This simple project is more like a note to self to gather an understanding on how Elasticsearch Percolator functionality works under the hood.
The Elasticsearch Percolator functionlity can be found under the percolator module.
The basic idea behind the percolator is that (as denoted by the documentation of the percolate query):
It can be used to match queries stored in an index. The percolate query itself contains the document that will be used as query to match with the stored queries.
Instead of naively executing all the queries stored in the index against the percolated document, Elasticsearch will filter out the queries that don't match the document by doing a search on top of the stored queries. Only the queries that are matching the document (or the ones that can't be evaluated in bulk) will be finally executed against a memory index that contains only the document to percolate.

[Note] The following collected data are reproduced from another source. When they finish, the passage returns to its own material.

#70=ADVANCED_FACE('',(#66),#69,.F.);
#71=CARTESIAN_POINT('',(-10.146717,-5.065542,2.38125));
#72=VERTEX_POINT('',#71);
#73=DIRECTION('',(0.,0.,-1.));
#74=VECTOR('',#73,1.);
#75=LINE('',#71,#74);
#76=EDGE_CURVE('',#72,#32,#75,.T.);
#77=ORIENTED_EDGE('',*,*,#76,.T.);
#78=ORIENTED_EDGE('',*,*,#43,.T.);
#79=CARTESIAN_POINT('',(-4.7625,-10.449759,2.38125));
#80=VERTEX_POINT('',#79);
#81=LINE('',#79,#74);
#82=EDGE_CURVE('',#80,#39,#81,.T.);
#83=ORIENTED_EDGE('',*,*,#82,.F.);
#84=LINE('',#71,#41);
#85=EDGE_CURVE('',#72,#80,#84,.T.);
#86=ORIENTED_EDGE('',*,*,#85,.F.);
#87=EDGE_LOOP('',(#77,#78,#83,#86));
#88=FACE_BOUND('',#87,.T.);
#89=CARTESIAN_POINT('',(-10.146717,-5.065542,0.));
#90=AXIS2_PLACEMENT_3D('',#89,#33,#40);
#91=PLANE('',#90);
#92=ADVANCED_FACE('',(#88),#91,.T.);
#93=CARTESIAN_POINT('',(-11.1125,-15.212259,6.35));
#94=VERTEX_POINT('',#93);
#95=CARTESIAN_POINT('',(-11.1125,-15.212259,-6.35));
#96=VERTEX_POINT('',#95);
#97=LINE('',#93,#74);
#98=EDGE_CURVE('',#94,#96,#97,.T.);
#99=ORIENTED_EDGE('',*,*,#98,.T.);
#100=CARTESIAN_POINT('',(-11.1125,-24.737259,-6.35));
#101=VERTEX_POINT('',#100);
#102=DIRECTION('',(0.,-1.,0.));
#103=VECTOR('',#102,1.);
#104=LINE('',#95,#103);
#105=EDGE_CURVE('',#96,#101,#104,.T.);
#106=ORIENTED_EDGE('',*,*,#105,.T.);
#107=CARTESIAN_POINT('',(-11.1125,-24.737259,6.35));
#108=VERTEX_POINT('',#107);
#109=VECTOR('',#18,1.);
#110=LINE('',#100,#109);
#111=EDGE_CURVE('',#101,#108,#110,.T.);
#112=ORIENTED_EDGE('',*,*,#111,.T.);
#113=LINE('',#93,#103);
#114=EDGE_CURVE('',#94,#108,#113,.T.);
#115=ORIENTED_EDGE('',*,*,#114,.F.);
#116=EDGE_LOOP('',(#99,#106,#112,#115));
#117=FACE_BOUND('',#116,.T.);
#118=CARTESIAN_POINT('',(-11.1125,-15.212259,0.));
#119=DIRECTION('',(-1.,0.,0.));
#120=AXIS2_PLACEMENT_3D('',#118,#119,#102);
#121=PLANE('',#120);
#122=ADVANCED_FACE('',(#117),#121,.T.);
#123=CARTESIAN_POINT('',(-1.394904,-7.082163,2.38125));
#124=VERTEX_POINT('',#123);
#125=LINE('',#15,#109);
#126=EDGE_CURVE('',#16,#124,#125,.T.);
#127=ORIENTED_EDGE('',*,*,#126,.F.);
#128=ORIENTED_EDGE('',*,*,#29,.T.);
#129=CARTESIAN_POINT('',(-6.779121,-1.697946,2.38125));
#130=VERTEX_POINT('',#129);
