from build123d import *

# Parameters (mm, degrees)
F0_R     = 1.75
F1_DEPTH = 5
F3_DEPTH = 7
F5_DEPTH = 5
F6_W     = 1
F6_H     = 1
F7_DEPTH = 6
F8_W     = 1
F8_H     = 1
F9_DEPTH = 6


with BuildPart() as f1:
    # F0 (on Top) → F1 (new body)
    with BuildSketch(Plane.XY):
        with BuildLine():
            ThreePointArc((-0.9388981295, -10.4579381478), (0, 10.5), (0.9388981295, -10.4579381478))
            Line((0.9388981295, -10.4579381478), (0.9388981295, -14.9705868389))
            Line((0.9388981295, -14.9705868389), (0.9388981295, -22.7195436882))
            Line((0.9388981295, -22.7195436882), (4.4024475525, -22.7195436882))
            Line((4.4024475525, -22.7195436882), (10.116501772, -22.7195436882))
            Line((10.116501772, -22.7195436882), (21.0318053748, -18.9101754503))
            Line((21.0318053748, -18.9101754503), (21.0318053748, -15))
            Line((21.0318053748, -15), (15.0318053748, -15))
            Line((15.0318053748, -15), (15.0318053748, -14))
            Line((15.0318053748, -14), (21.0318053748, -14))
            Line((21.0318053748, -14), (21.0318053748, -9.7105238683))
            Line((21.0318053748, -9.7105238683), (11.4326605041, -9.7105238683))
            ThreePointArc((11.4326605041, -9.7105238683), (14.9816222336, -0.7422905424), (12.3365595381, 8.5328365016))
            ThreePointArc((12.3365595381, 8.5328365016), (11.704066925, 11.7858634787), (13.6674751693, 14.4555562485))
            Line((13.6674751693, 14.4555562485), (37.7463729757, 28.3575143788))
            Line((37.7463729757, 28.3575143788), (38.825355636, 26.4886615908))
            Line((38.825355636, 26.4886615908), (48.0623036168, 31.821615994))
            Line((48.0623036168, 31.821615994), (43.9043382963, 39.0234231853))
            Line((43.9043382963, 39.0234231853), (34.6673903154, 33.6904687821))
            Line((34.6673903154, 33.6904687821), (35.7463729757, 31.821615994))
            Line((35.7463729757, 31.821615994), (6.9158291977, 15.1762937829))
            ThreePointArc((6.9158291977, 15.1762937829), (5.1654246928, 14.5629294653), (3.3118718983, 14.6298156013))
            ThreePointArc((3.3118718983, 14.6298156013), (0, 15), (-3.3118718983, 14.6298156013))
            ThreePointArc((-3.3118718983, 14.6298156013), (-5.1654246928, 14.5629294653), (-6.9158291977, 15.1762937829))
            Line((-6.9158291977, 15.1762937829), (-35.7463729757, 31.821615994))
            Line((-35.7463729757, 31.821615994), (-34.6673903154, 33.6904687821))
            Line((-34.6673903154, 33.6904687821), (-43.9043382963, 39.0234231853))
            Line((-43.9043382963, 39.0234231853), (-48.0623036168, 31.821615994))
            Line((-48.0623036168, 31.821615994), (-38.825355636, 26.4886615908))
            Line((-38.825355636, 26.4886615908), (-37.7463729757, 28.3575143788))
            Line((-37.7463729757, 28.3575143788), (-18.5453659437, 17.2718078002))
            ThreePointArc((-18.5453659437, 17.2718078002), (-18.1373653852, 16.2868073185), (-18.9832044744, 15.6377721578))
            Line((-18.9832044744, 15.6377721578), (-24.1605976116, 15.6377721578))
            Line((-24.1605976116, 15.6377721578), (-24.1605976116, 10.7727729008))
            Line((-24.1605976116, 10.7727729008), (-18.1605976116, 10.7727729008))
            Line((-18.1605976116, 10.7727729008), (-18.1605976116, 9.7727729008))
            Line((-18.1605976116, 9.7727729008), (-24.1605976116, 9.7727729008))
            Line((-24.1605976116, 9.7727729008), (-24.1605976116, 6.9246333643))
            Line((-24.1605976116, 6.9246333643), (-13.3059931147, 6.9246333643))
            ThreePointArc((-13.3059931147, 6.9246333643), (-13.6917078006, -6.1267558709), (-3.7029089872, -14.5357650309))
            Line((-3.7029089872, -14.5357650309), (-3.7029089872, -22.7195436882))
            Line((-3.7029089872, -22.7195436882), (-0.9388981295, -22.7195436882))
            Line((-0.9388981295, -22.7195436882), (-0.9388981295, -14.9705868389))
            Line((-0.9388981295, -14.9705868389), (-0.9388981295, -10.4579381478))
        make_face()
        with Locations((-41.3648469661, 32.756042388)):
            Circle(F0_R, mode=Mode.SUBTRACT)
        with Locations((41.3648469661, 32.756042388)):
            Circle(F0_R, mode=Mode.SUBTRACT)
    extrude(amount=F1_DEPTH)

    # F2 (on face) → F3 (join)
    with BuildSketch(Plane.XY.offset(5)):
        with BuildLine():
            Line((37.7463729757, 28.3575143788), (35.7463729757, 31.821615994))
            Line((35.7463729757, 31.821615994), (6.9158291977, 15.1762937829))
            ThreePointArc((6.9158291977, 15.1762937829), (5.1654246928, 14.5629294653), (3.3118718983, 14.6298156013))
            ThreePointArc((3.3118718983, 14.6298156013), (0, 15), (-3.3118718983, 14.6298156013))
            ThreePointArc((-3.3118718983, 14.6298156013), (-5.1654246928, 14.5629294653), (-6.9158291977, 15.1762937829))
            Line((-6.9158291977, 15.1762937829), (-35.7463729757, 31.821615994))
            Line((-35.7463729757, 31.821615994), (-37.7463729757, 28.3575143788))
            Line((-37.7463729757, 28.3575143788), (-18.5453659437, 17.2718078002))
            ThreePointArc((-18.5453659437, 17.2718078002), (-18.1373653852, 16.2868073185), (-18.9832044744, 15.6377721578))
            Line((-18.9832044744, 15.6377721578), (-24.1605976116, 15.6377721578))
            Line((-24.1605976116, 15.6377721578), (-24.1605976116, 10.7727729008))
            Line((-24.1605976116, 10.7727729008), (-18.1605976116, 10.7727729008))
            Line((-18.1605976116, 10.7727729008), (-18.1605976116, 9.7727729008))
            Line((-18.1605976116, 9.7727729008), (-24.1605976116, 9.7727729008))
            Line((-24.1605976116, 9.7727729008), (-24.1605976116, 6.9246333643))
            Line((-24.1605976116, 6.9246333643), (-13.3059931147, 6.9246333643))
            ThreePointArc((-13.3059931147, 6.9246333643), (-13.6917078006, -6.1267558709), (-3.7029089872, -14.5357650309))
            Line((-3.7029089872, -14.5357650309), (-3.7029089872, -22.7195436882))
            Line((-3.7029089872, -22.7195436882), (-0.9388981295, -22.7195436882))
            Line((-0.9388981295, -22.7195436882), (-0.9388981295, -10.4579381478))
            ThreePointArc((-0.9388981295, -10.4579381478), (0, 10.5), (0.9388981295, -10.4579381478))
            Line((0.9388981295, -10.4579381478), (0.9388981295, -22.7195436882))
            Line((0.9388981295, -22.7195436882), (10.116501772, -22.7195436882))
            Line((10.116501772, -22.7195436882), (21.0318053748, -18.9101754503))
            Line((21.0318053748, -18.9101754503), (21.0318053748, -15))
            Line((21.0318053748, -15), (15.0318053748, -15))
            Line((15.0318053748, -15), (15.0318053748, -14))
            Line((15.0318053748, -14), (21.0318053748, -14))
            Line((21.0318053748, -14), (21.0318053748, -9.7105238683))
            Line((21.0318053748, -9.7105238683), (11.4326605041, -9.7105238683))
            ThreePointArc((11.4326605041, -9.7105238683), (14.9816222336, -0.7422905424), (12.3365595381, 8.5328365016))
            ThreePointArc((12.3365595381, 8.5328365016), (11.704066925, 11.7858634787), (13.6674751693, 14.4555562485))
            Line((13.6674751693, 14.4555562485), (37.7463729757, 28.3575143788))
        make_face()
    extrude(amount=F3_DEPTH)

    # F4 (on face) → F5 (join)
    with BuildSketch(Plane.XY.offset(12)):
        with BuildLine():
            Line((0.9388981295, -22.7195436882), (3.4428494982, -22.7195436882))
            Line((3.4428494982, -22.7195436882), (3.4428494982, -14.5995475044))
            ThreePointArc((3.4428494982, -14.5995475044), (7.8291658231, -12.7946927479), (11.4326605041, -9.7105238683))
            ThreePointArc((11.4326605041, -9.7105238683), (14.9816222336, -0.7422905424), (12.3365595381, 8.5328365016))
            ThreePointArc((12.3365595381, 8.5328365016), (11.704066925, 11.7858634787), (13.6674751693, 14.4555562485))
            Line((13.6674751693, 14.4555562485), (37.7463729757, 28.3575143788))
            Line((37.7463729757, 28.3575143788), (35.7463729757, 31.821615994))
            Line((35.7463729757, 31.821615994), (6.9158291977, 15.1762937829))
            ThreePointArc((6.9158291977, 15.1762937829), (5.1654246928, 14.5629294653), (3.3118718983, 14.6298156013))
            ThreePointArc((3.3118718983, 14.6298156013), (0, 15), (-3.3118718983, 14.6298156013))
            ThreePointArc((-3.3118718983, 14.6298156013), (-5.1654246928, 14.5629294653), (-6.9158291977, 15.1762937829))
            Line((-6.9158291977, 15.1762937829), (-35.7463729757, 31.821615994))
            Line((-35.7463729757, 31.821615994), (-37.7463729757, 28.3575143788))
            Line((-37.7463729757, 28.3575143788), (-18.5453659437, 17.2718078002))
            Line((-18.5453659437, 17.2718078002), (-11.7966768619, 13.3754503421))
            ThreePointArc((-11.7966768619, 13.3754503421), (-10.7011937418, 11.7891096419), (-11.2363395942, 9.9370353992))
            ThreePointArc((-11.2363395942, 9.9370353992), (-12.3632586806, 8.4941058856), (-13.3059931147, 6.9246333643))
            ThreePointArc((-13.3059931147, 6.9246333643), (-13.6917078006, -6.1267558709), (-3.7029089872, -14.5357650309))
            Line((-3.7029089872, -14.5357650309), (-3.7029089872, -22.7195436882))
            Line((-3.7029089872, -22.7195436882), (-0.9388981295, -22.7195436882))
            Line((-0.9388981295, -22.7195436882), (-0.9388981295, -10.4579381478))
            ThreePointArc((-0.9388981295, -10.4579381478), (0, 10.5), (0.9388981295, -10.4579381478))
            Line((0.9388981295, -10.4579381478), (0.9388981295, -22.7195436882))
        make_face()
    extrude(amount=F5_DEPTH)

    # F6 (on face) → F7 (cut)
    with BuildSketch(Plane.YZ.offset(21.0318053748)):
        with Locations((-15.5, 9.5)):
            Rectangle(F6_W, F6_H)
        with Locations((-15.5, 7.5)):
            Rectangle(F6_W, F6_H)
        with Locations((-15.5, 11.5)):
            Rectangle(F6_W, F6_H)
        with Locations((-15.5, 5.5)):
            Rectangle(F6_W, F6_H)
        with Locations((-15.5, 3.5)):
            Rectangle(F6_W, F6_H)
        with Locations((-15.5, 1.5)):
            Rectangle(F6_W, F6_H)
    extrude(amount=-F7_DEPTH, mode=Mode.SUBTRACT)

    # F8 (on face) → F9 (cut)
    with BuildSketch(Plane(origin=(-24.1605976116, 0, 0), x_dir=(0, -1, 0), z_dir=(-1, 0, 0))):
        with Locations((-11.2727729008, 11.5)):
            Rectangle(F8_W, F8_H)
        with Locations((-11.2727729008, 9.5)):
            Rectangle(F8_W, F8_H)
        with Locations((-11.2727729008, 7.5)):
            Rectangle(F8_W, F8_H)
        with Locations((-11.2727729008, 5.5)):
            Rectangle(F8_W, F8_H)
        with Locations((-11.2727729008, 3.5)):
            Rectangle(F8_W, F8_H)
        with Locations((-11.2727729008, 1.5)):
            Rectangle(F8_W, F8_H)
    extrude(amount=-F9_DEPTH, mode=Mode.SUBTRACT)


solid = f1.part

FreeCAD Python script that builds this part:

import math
import FreeCAD as App
import Part
import Sketcher
from FreeCAD import Vector
Q = App.Units.Quantity

doc = App.newDocument("Part")
body = doc.addObject("PartDesign::Body", "Body")

# Sketch on XY plane
sketch1 = body.newObject("Sketcher::SketchObject", "Sketch")
sketch1.AttachmentSupport = (doc.getObject("XY_Plane"), [""])
sketch1.MapMode = "FlatFace"
sketch1.addGeometry([
    Part.ArcOfCircle(Part.Circle(Vector(0, 0, 0), Vector(0, 0, 1), 10.5), math.radians(-84.869824), math.radians(264.869824)),  # 0
    Part.LineSegment(Vector(0.938898, -10.457938, 0), Vector(0.938898, -22.719544, 0)),  # 1
    Part.LineSegment(Vector(0.938898, -22.719544, 0), Vector(10.116502, -22.719544, 0)),  # 2
    Part.LineSegment(Vector(10.116502, -22.719544, 0), Vector(21.031805, -18.910175, 0)),  # 3
    Part.LineSegment(Vector(21.031805, -18.910175, 0), Vector(21.031805, -15, 0)),  # 4
    Part.LineSegment(Vector(21.031805, -15, 0), Vector(15.031805, -15, 0)),  # 5
    Part.LineSegment(Vector(15.031805, -15, 0), Vector(15.031805, -14, 0)),  # 6
    Part.LineSegment(Vector(15.031805, -14, 0), Vector(21.031805, -14, 0)),  # 7
    Part.LineSegment(Vector(21.031805, -14, 0), Vector(21.031805, -9.710524, 0)),  # 8
    Part.LineSegment(Vector(21.031805, -9.710524, 0), Vector(11.432661, -9.710524, 0)),  # 9
    Part.ArcOfCircle(Part.Circle(Vector(0, 0, 0), Vector(0, 0, 1), 15), math.radians(-40.343472), math.radians(34.670473)),  # 10
    Part.ArcOfCircle(Part.Circle(Vector(15.731311, 10.880887, 0), Vector(0, 0, 1), 4.127673), math.radians(120), math.radians(214.670473)),  # 11
    Part.LineSegment(Vector(13.667475, 14.455556, 0), Vector(37.746373, 28.357514, 0)),  # 12
    Part.LineSegment(Vector(37.746373, 28.357514, 0), Vector(38.825356, 26.488662, 0)),  # 13
    Part.LineSegment(Vector(38.825356, 26.488662, 0), Vector(48.062304, 31.821616, 0)),  # 14
    Part.LineSegment(Vector(48.062304, 31.821616, 0), Vector(43.904338, 39.023423, 0)),  # 15
    Part.LineSegment(Vector(43.904338, 39.023423, 0), Vector(34.66739, 33.690469, 0)),  # 16
    Part.LineSegment(Vector(34.66739, 33.690469, 0), Vector(35.746373, 31.821616, 0)),  # 17
    Part.LineSegment(Vector(35.746373, 31.821616, 0), Vector(6.915829, 15.176294, 0)),  # 18
    Part.ArcOfCircle(Part.Circle(Vector(4.415829, 19.506421, 0), Vector(0, 0, 1), 5), math.radians(-102.755523), math.radians(-60)),  # 19
    Part.ArcOfCircle(Part.Circle(Vector(0, 0, 0), Vector(0, 0, 1), 15), math.radians(77.244477), math.radians(102.755523)),  # 20
    Part.ArcOfCircle(Part.Circle(Vector(-4.415829, 19.506421, 0), Vector(0, 0, 1), 5), math.radians(-120), math.radians(-77.244477)),  # 21
    Part.LineSegment(Vector(-6.915829, 15.176294, 0), Vector(-35.746373, 31.821616, 0)),  # 22
    Part.LineSegment(Vector(-35.746373, 31.821616, 0), Vector(-34.66739, 33.690469, 0)),  # 23
    Part.LineSegment(Vector(-34.66739, 33.690469, 0), Vector(-43.904338, 39.023423, 0)),  # 24
    Part.LineSegment(Vector(-43.904338, 39.023423, 0), Vector(-48.062304, 31.821616, 0)),  # 25
    Part.LineSegment(Vector(-48.062304, 31.821616, 0), Vector(-38.825356, 26.488662, 0)),  # 26
    Part.LineSegment(Vector(-38.825356, 26.488662, 0), Vector(-37.746373, 28.357514, 0)),  # 27
    Part.LineSegment(Vector(-37.746373, 28.357514, 0), Vector(-18.545366, 17.271808, 0)),  # 28
    Part.ArcOfCircle(Part.Circle(Vector(-18.983204, 16.513449, 0), Vector(0, 0, 1), 0.875677), math.radians(-90), math.radians(60)),  # 29
    Part.LineSegment(Vector(-18.983204, 15.637772, 0), Vector(-24.160598, 15.637772, 0)),  # 30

The percolate query is called turning search upside down in the Elasticsearch in action book for the following reasons:
- You index queries instead of documents. This registers the query in memory, so it can be quickly run later.
- You send a document to Elasticsearch instead of a query. This is called percolating a document, basically indexing it into a small, in-memory index. Registered queries are run against the small index, so Elasticsearch finds out which queries match.
- You get back a list of queries matching the document, instead of the other way around like a regular search.
The percolator analyses the queries and creates appropriate data structures in order to be able to filter only the relevant search queries that need to be executed on the memory index containing the percolated document:
- for a term (e.g. : search for all the documents containing
elastic
) query there will be used aorg.apache.lucene.search.TermScorer
that will make use of the Lucene's inverted index functionality for retrieving the documents that contain the searched term - for a int field (e.g. : search all the real estate object with
4
rooms) an intersection will be made between the range of the percolated document (e.g. :4
to4
) and the KD tree containing the ranges (e.g. :0
TO3
,4
TO*
,2
TO5
, etc.)
This very simple project contains a series of tests in the CandidateQueryTests.java test class that showcase how the percolator actually works behind the scenes.